- _TRY IT_
All lines from the first one in the listing below to the one holding "v 16.5 1.5 0", inclusive, are to be copied exactly.

- _DATASET EXTRACT_
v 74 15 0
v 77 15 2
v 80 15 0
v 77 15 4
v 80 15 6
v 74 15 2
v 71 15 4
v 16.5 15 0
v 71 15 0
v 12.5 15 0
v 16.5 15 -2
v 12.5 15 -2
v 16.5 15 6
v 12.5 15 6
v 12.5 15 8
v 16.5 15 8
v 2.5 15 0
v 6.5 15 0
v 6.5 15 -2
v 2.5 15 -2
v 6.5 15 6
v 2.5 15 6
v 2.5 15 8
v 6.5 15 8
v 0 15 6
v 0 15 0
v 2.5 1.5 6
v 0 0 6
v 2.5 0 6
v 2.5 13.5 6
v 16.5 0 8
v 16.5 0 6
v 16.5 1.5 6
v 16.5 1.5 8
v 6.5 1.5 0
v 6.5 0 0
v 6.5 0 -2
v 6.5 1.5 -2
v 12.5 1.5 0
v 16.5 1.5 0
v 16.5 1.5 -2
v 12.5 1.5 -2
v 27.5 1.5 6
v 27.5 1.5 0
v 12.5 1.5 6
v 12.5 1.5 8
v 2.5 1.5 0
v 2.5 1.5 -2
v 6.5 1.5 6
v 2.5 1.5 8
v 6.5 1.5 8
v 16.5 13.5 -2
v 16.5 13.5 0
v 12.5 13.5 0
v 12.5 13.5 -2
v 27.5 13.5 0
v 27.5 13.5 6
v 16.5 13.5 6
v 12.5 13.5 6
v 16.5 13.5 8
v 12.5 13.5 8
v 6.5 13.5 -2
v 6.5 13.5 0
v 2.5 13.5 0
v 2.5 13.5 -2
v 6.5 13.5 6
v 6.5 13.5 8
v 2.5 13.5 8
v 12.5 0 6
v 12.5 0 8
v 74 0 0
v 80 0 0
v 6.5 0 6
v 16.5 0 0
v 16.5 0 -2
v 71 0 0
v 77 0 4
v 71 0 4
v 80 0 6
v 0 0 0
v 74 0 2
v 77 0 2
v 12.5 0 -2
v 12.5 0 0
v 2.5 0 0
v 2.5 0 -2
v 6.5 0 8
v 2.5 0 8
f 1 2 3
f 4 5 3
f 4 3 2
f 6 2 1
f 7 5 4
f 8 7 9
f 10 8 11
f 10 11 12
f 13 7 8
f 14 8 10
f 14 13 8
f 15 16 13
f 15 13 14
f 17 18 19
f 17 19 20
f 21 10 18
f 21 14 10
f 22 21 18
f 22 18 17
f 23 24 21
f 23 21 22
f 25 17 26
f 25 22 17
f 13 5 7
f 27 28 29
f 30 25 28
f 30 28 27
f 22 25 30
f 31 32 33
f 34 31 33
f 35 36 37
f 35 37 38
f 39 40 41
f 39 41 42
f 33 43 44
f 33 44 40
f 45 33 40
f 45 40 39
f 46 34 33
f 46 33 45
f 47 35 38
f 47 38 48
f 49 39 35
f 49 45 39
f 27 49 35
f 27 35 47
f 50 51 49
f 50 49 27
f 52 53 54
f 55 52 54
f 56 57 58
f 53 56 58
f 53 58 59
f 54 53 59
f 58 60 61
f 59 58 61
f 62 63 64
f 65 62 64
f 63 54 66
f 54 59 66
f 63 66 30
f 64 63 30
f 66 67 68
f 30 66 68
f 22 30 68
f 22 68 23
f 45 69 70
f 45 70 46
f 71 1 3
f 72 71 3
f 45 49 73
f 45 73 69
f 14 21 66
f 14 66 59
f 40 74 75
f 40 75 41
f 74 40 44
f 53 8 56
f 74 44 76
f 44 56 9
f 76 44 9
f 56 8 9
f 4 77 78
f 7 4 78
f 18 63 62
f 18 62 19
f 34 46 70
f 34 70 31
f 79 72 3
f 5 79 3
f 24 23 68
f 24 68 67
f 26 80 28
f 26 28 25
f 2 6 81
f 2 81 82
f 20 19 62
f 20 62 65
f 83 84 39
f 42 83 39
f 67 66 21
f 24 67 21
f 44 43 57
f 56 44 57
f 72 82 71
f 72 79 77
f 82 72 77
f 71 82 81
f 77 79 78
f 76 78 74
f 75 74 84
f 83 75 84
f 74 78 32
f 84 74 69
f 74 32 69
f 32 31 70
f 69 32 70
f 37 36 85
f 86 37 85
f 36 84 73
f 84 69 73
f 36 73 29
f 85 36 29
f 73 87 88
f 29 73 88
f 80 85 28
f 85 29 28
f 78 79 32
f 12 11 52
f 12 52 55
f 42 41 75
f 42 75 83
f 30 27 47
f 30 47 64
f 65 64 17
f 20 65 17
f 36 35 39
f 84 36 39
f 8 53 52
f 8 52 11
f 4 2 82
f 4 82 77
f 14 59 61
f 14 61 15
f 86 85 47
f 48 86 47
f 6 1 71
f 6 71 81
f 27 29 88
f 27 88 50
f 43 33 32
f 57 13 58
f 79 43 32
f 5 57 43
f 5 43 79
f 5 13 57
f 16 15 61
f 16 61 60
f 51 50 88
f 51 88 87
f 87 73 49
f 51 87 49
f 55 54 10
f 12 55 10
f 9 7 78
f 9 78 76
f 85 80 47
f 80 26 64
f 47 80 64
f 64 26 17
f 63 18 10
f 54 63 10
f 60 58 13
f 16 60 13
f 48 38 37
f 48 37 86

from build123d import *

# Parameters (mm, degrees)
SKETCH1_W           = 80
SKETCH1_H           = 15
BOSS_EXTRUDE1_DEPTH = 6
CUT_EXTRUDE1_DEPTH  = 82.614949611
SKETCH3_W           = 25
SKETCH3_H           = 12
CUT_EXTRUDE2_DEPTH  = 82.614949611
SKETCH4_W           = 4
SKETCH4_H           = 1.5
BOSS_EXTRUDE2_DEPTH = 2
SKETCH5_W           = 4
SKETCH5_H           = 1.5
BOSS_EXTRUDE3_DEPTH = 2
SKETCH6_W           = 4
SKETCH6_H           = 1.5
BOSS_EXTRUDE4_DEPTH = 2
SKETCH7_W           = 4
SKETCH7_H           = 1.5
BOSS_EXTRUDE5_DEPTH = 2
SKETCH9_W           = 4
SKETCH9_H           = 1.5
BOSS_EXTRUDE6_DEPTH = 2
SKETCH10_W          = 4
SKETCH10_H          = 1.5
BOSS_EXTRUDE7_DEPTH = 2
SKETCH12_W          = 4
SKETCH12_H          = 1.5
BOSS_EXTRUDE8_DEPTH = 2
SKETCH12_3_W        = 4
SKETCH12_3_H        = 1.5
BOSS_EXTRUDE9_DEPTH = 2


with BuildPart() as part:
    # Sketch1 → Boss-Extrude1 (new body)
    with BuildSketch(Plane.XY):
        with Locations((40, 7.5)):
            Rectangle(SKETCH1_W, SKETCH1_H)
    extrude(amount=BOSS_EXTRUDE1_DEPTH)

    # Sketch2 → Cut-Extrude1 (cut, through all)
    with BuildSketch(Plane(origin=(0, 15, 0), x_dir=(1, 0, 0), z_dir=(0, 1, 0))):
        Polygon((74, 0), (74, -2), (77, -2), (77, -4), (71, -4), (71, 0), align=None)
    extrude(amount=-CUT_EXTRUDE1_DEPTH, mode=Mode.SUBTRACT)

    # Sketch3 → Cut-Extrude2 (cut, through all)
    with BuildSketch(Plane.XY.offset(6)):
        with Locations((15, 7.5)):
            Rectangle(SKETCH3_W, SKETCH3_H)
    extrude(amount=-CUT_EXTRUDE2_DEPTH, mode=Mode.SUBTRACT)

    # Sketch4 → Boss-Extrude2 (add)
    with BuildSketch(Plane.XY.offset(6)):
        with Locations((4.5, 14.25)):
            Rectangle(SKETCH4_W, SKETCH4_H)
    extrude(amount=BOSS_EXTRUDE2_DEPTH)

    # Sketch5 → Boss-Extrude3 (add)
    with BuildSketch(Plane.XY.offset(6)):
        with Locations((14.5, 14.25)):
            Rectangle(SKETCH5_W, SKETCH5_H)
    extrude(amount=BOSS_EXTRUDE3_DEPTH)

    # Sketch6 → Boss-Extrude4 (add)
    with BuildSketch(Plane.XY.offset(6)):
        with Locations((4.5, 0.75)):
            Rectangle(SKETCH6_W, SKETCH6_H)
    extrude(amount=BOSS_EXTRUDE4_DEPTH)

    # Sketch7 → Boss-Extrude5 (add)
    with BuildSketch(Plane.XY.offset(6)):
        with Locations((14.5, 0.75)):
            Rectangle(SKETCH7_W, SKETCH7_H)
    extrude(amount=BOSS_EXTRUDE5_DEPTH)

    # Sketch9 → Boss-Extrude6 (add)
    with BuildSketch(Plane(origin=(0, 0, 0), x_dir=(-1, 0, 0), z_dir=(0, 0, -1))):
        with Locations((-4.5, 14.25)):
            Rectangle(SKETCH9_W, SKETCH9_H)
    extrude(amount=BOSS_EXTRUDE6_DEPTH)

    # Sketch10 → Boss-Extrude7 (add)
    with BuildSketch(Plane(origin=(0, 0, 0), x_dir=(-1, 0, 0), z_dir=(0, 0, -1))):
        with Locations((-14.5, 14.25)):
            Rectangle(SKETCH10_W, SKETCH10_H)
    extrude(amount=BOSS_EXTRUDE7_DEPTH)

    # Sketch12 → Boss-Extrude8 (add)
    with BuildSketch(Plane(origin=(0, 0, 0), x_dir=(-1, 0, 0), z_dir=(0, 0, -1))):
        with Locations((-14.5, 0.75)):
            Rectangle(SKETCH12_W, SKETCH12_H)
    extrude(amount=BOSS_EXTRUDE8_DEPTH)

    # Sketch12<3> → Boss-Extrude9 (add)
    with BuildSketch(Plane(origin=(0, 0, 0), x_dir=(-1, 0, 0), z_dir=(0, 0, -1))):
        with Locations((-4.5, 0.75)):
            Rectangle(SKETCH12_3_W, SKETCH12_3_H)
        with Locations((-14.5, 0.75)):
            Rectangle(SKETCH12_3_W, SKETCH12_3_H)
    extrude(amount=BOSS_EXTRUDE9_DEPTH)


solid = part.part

- _ANSWER TO THIS PROBLEM_
v 74 15 0
v 77 15 2
v 80 15 0
v 77 15 4
v 80 15 6
v 74 15 2
v 71 15 4
v 16.5 15 0
v 71 15 0
v 12.5 15 0
v 16.5 15 -2
v 12.5 15 -2
v 16.5 15 6
v 12.5 15 6
v 12.5 15 8
v 16.5 15 8
v 2.5 15 0
v 6.5 15 0
v 6.5 15 -2
v 2.5 15 -2
v 6.5 15 6
v 2.5 15 6
v 2.5 15 8
v 6.5 15 8
v 0 15 6
v 0 15 0
v 2.5 1.5 6
v 0 0 6
v 2.5 0 6
v 2.5 13.5 6
v 16.5 0 8
v 16.5 0 6
v 16.5 1.5 6
v 16.5 1.5 8
v 6.5 1.5 0
v 6.5 0 0
v 6.5 0 -2
v 6.5 1.5 -2
v 12.5 1.5 0
v 16.5 1.5 0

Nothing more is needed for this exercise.